1. The purpose of the DSD is to find active factors not find the best levels.  It seems your DSD did that although you have not provided the entire analysis of the DSD.  Without any context for the factor, the situation or the response variables, it is difficult to provide advice.  Do you need further experiments?  Do you think changing the factor levels for the factor in question will invalidate the learnings from the DSD?

2. Were there any quadratic effects for any of the factors?  Did you simplify the model and save the prediction formula?  Perhaps just run some confirmatory runs with the factor in question at the "better" levels.

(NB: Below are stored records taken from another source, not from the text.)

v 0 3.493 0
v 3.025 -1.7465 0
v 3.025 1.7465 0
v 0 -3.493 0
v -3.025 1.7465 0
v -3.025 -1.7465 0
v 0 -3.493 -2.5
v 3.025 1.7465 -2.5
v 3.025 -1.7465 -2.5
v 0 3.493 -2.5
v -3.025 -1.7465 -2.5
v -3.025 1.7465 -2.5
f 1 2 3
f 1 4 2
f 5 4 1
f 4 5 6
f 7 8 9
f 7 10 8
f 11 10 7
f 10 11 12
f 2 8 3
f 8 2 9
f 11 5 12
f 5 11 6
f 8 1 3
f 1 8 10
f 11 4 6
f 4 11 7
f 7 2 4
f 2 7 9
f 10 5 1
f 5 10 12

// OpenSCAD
// Generated by SolidPython 1.1.3 on 2022-06-04 18:09:17
$fn = 48;


difference() {
	union() {
		translate(v = [0, 0, 0]) {
			rotate(a = [0, 0, 0]) {
				translate(v = [0, 0, 0]) {
					rotate(a = [0, 0, 0]) {
						difference() {
							translate(v = [0, 0, -1.2500000000]) {
								cube(center = true, size = [12.1000000000, 12.1000000000, 2.5000000000]);
							}
							difference() {
								union() {
									translate(v = [9.0750000000, 0, 0]) {
										rotate(a = [0, 0, 0]) {
											translate(v = [0, 0, -1.2500000000]) {
												cube(center = true, size = [12.1000000000, 12.1000000000, 2.5000000000]);
											}
										}
									}
									translate(v = [-9.0750000000, 0, 0]) {
										rotate(a = [0, 0, 0]) {
											translate(v = [0, 0, -1.2500000000]) {
												cube(center = true, size = [12.1000000000, 12.1000000000, 2.5000000000]);
											}
										}
									}
								}
								union();
							}
							rotate(a = [0, 0, 60]) {
								difference() {
									union() {
										translate(v = [9.0750000000, 0, 0]) {
											rotate(a = [0, 0, 0]) {
												translate(v = [0, 0, -1.2500000000]) {
													cube(center = true, size = [12.1000000000, 12.1000000000, 2.5000000000]);
												}
											}
										}
										translate(v = [-9.0750000000, 0, 0]) {
											rotate(a = [0, 0, 0]) {
												translate(v = [0, 0, -1.2500000000]) {
													cube(center = true, size = [12.1000000000, 12.1000000000, 2.5000000000]);
												}
											}
										}
									}
									union();
								}
							}
							rotate(a = [0, 0, -60]) {
								difference() {
									union() {
										translate(v = [9.0750000000, 0, 0]) {
											rotate(a = [0, 0, 0]) {
												translate(v = [0, 0, -1.2500000000]) {
													cube(center = true, size = [12.1000000000, 12.1000000000, 2.5000000000]);
												}
											}
										}
										translate(v = [-9.0750000000, 0, 0]) {
											rotate(a = [0, 0, 0]) {
												translate(v = [0, 0, -1.2500000000]) {
													cube(center = true, size = [12.1000000000, 12.1000000000, 2.5000000000]);
												}
											}
										}
									}
									union();
								}
							}
						}
					}
				}
			}
		}
	}
	union();
}
/***********************************************
*********      SolidPython code:      **********
************************************************
 
import OPSC_dimensions as od
from solid.objects import cube, cylinder, difference, translate, union, hull, rotate, linear_extrude, square, offset, projection, intersection
from solid import scad_render_to_file


def setMode(mode="3DPR"):
    od.changeMode(mode)

def getMode():
    return od.mode

def saveToScad(fileName, parts):
    file_out = scad_render_to_file(parts, fileName, file_header=f'$fn = 48;')


def insert(item,pos=[None,None,None],x=0,y=0,z=0,ex=0,size=[None,None,None],length=0,rot=[None,None,None],rotX=0,rotY=0,rotZ=0,width=0,height=0,depth=100,rad=0,rad2=0,color="gray",alpha=1,OOwidth=0,OOheight=0,holes=True,negative=True, name=""):
    return OPSCInsert(item,pos,x,y,z,ex,size,length,rot,rotX,rotY,rotZ,width,height,depth,rad,rad2,color,alpha,OOwidth,OOheight,holes,negative,name)


def OPSCInsert(item,pos=[None,None,None],x=0,y=0,z=0,ex=0,size=[None,None,None],length=0,rot=[None,None,None],rotX=0,rotY=0,rotZ=0,width=0,height=0,depth=100,rad=0,rad2=0,color="gray",alpha=1,OOwidth=0,OOheight=0,holes=True,negative=True, name=""):
    
    """
        color(color,alpha){
            translate([x,y,z]){
                    rotate([rotX,rotY,rotZ]){
    """
    returnValue = ""

    print(pos)

    if pos[0] != None:
        x=pos[0]
        y=pos[1]
        z=pos[2]
    if rot[0] != None:
        rotX=rot[0]
        rotY=rot[1]
        rotZ=rot[2]
    
    returnValue = translate((x,y,z))(
            rotate((rotX,rotY,rotZ))(
                OPSCInsertIf(item,pos,x,y,z,ex,size,length,rot,rotX,rotY,rotZ,width,height,depth,rad,rad2,color,alpha,OOwidth,OOheight,holes,negative,name)
            )
        )
    

    return returnValue

def OPSCInsertIf(item,pos=[None,None,None],x=0,y=0,z=0,ex=0,size=[None,None,None],length=0,rot=[None,None,None],rotX=0,rotY=0,rotZ=0,width=0,height=0,depth=100,rad=0,rad2=0,color="gray",alpha=1,OOwidth=0,OOheight=0,holes=True,negative=True, name=""):
    returnValue = cube([10,10,10])

    if size[0] != None:
        width=size[0]
        height=size[1]
        depth=size[2]

    print("    OPSCInsert item:" + str(item) + " at:[" + str(x) + "," + str(y) + "," + str(z) + "] size: [" + str(width) + "," + str(height) + "," + str(depth) + "]")

    if(item=="cube"):
        returnValue =  translate([0,0,-depth/2])(cube([width,height,depth],center=True))
    elif(item=="cylinder"):        
        returnValue = translate([0,0,-depth/2])(cylinder(r=rad,h=depth,center=True))
    elif(item=="plane"):
        returnValue = insert("cube",size=[1000,1000,0.1],color=color)    
    elif(item=="cubeRounded"):
        if(rad == 0):
                            rad = 5
        returnValue =  translate([0,0,-depth])(
                        linear_extrude(height=depth)(                        
                            offset(r=rad)(
                                square((width-rad*2+.01,height-rad*2+.01),center=True)
                                )
                            )
        )

    ######  Holes    
    elif(item == "holeM1"):
        returnValue = OSPCgetHole(rad=1)
    elif(item == "holeM2"):
        returnValue = OSPCgetHole(rad=2)
    elif(item == "holeM3"):
        returnValue = OSPCgetHole(rad=3)
    elif(item == "holeM4"):
        returnValue = OSPCgetHole(rad=4)
    elif(item == "holeM5"):
        returnValue = OSPCgetHole(rad=5)
    elif(item == "holeM6"):
        returnValue = OSPCgetHole(rad=6)
    elif(item == "hole"):
        returnValue = OSPCgetHole(rad=rad)

    ######  Nuts
    elif(item == "nutM1"):
        returnValue = OSPCgetNut(rad=1,depth=depth)
    elif(item == "nutM2"):
        returnValue = OSPCgetNut(rad=2,depth=depth)
    elif(item == "nutM3"):
        returnValue = OSPCgetNut(rad=3,depth=depth)
    elif(item == "nutM4"):
        returnValue = OSPCgetNut(rad=4,depth=depth)
    elif(item == "nutM5"):
        returnValue = OSPCgetNut(rad=5,depth=depth)
    elif(item == "nutM6"):
        returnValue = OSPCgetNut(rad=6,depth=depth)
    elif(item == "nut"):
        returnValue = OSPCgetNut(rad=rad,depth=depth)
    return returnValue

                

def OSPCgetHole(rad):
    return translate([0,0,-250])(cylinder(r=od.holeM[rad-1],h=500))

def OSPCgetNut(rad,depth):
    print(depth)
    print(od.nutM)
    depth = od.nutM[rad-1][od.NUTDEPTH] if depth==100 else depth
    returnValue = OPSChexagon(od.nutM[rad-1][od.NUTWIDTH],depth=depth)
    return returnValue

def OPSChexagon(width,depth):
    cutter = item()
    wid=width*2
    cutter.addPos(insert("cube",pos=[wid/2+width/2,0,0],size=[wid,wid,depth]))
    cutter.addPos(insert("cube",pos=[-wid/2-width/2,0,0],size=[wid,wid,depth]))

    cut = cutter.getPart()
    print(depth)
    returnValue = difference()(
        translate([0,0,-depth/2])(cube([wid,wid,depth],center=True)),
        cut,
        rotate([0,0,60])(cut),
        rotate([0,0,-60])(cut)
    )

    return returnValue




class item:

    def __init__(self):
        self.posItems=list()
        self.negItems=list()


    def addPos(self,part):
        self.posItems.append(part)
    def addNeg(self,part):
        self.negItems.append(part)

    def getPart(self):
        returnValue = difference()(
            union()(self.posItems),
            union()(self.negItems)
        )
        return returnValue

    def getLaser(self,start=0,layers=1,thickness=-3,tileDif=200):
        rv= []

        for x in range(layers):
            rv.append(translate([0,x*tileDif,0])(
                    projection()(
                        intersection()(
                            insert("plane",z=start+x*thickness),
                            self.getPart()
                        )
                    )
            )
            )
        return union()(rv)
 
 
************************************************/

3. Did you have any strategy to handle noise in your experiment?  Perhaps some sampling of the model over time would be good to validate the consistency/predictability of the factor effects.

 

"All models are wrong, some are useful" G.E.P. Box
bwilliamson
Level II

Re: Augmenting a DSD matrix

We were using DSD to characterize a step; meaning we had targets that were previously determines and acceptable operating ranges that are largely determined by the capability of control in the process. We were checking to see if the step was sensitive to that level of variation. The range on one of the parameters needed to be adjusted to accommodate where the step was actually running in production, so we were trying to think of a way to do that.

 

Thanks for your input!

P_Bartell
Level VIII

Re: Augmenting a DSD matrix

To add my two cents to the issues and questions raised by @statman here's my thought. Forget about augmenting the DSD design. The augmented DSD would no longer be a DSD...but what I used to call a Frankenstein design. DSDs have some very special concepts behind them (effect heredity and sparsity but two) and specific characteristics such as the foldover property that would be rendered moot by analyzing it as a Frankenstein DSD...and I'm pretty sure the Fit Definitive Screening Design analysis platform would not like the Frankenstein design and you might get error messages galore. Here's my thought. Since you've got 3 factors you'd like to study further, with some very specific model terms you'd like to estimate, why not run a D-optimal design in the 10 runs you say you have available, specifying the exact model you wrote, and analyze it as such. In 10 runs you've still got a few degrees of freedom leftover for error estimation for the specified model. Then take away the practical conclusions from both experiments and see where that leads either to solving the problem at hand or additional trials. All this is consistent with the sequential design of experiments problem solving process.

bwilliamson
Level II

Re: Augmenting a DSD matrix

You are absolutely correct. Going about adding to a DSD without doing a complete foldover would be a mess.